Ali Olleik, 41 ans, possédait une ferme dans son village de Yohmor. Un projet qu’il avait mûri il y a dix-sept ans, en achetant d’abord deux vaches, devenues plus d’une cinquantaine. Le lait, le fromage et les yaourts approvisionnaient les épiceries du coin. Une affaire prospère. Jusqu’à ce 23 septembre de l’année dernière – appelé au Liban le « lundi noir » – où le petit domaine a été frappé. « À la place, j’ai trouvé un trou de plusieurs mètres de profondeur, se souvient Ali. Toutes mes vaches ont été pulvérisées, il y avait des morceaux partout. » Malgré les mois qui ont passé, il reste abasourdi. « Les drones israéliens tournaient sans cesse. Ils savaient que tous les jours à 2 heures du matin j’y allais pour traire les vaches. Pour moi, la ferme était l’endroit le plus sûr. Je prévoyais même d’y stocker des produits pour y rester au cas où. Il n’y avait aucune activité militaire. » Bêtes tuées, matériel agricole détruit, bâtiment démoli, il évalue ses pertes à près de 150 000 euros. La maison de ses parents, qui l’aidaient à la ferme, a également été ciblée. Fatmeh, sa mère, au visage ridé, soupire : « J’ai 70 ans, mon mari aussi, qui était ouvrier dans le bâtiment. Nous avons tout fait pour aider nos enfants. Mais, à notre âge, nous n’avons plus la force pour tout reprendre à zéro. »

Dans ce village de Yohmor, où tout le monde ou presque porte le même patronyme – signe de larges familles et surtout de présence ancestrale, véritable marqueur historique –, nous rencontrons Adnan Olleik, 74 ans. Militant du Parti communiste libanais (PCL) depuis toujours, prisonnier de l’armée israélienne de 1982 à 1985 parce que résistant, il est devenu handicapé à la suite des tortures subies à Ansar (sud du Liban) et Jalame (nord d’Israël). Ses terres, plantées d’avocatiers, de noyers, de caroubiers, qui s’étalaient du haut de la colline jusqu’au Litani, ont brûlé après un « arrosage israélien » au phosphore blanc sur l’autre rive, provoquant un incendie chez lui. « 700 arbres ont été calcinés, de même que la maison où se trouvait tout le matériel », précise-t-il. 200 000 euros partis en fumée. Adnan veut néanmoins souligner : « Nous avons toujours vécu avec les juifs.

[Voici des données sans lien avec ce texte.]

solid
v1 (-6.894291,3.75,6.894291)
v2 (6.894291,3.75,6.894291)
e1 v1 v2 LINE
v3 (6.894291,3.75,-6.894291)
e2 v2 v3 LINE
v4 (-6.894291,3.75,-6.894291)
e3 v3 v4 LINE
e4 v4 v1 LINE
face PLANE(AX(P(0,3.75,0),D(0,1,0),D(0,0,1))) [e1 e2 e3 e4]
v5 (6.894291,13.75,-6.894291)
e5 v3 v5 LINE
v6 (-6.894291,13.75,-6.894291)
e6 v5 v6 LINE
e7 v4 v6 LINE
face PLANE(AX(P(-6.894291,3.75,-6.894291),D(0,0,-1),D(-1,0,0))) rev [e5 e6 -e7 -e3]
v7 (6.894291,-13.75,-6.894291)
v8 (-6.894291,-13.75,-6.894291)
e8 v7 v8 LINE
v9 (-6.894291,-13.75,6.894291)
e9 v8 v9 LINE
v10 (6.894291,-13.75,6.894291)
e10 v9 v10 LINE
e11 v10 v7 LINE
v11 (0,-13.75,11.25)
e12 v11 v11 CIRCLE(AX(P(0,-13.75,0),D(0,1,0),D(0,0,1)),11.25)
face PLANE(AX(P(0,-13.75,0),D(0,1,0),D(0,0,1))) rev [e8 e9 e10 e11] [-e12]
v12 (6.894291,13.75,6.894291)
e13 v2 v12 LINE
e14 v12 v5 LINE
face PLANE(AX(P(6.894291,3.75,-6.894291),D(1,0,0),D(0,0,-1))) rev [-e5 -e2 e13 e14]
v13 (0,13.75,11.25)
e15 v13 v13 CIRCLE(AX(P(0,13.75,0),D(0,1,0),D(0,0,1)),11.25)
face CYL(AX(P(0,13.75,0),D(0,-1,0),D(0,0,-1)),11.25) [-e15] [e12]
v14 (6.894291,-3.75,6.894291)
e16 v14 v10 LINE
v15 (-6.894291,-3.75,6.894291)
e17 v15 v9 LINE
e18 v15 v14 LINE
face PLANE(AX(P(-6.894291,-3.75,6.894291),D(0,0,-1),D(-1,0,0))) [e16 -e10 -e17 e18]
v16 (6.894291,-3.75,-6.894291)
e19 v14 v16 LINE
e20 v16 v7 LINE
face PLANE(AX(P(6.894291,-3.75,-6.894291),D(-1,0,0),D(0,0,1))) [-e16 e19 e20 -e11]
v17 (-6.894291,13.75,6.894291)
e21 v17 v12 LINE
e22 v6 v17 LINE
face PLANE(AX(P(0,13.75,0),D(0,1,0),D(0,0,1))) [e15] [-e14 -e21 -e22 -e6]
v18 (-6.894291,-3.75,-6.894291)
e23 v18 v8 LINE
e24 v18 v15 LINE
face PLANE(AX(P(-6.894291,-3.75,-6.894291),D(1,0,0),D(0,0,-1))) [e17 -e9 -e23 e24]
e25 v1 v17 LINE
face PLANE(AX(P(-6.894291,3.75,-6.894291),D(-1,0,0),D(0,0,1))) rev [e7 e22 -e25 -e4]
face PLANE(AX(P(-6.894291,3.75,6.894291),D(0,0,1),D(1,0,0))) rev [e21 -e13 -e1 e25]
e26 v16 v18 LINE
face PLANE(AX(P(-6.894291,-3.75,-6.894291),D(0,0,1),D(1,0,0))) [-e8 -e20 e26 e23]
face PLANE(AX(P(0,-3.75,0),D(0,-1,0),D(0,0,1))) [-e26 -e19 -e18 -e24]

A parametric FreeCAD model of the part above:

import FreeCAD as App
import Part
import Sketcher
from FreeCAD import Vector


def add_polygon(sketch, points):
    """Adds a closed chain of lines whose ends are joined by coincident constraints."""
    first, n = sketch.GeometryCount, len(points)
    for a, b in zip(points, points[1:] + points[:1]):
        sketch.addGeometry(Part.LineSegment(App.Vector(*a, 0), App.Vector(*b, 0)), False)
    for i in range(n):
        sketch.addConstraint(Sketcher.Constraint("Coincident", first + i, 2, first + (i + 1) % n, 1))

doc = App.newDocument("Part")
body = doc.addObject("PartDesign::Body", "Body")

# Sketch on XZ plane
sketch1 = body.newObject("Sketcher::SketchObject", "Sketch")
sketch1.AttachmentSupport = (doc.getObject("XZ_Plane"), [""])
sketch1.MapMode = "FlatFace"
sketch1.addGeometry(Part.Circle(Vector(0, 0, 0), Vector(0, 0, 1), 11.25), False)
sketch1.addConstraint(Sketcher.Constraint("Coincident", 0, 3, -1, 1))
sketch1.addConstraint(Sketcher.Constraint("Diameter", 0, 22.5))
pad1 = body.newObject("PartDesign::Pad", "Pad")
pad1.Profile = sketch1
pad1.Length = 27.5
pad1.Midplane = True

# Sketch on XZ plane
sketch2 = body.newObject("Sketcher::SketchObject", "Sketch001")
sketch2.AttachmentSupport = (doc.getObject("XZ_Plane"), [""])
sketch2.MapMode = "FlatFace"
sketch2.AttachmentOffset = App.Placement(Vector(0, 0, -13.75), App.Rotation())
add_polygon(sketch2, [(-6.894291, -6.894291), (-6.894291, 6.894291), (6.894291, 6.894291), (6.894291, -6.894291)])  # lines 0-3
sketch2.addConstraint(Sketcher.Constraint("Vertical", 0))
sketch2.addConstraint(Sketcher.Constraint("Horizontal", 1))
sketch2.addConstraint(Sketcher.Constraint("Vertical", 2))
sketch2.addConstraint(Sketcher.Constraint("Horizontal", 3))
sketch2.addConstraint(Sketcher.Constraint("Symmetric", 0, 2, 2, 2, -1, 1))
sketch2.addConstraint(Sketcher.Constraint("Equal", 3, 0))
sketch2.addConstraint(Sketcher.Constraint("DistanceX", 1, 1, 1, 2, 13.788582))
pocket1 = body.newObject("PartDesign::Pocket", "Pocket")
pocket1.Profile = sketch2
pocket1.Length = 10
pocket1.Reversed = True
doc.recompute()

mirrored = body.newObject("PartDesign::Mirrored", "Mirrored")
mirrored.Originals = [pocket1]
mirrored.MirrorPlane = (doc.getObject("XZ_Plane"), [""])
body.Tip = mirrored

doc.recompute()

Le problème n’est pas leur religion mais le sionisme. » D’un geste, il montre, pas si loin que ça, ce qui est maintenant Israël.

Le village de Yohmor possède 40 000 oliviers, soit une production de 60 tonnes d’huile par an. 20 % de ces arbres ont disparu avec la guerre. « Toute la zone jusqu’à Deir Mimas a été touchée », note Ali Olleik (un homonyme du fermier), président de la coopérative de la région de Yohmor. Il parle des dégâts causés par ce qu’on appelle « la mouche de l’olive », amplifiés par les fruits gâtés au sol dont se gave l’insecte destructeur. La production d’olives couvre plus de 20 % des terres agricoles au Liban et fournit des revenus à plus de 110 000 agriculteurs et producteurs, ce qui représente 7 % du PIB agricole, selon les données de l’ONU. « Environ 4,6 millions de mètres carrés (462 hectares) ont été brûlés par l’ennemi israélien et ses armes à phosphore dans les localités frontalières », dénonçait dès novembre 2023 le ministre libanais de l’Environnement de l’époque, Nasser Yassine.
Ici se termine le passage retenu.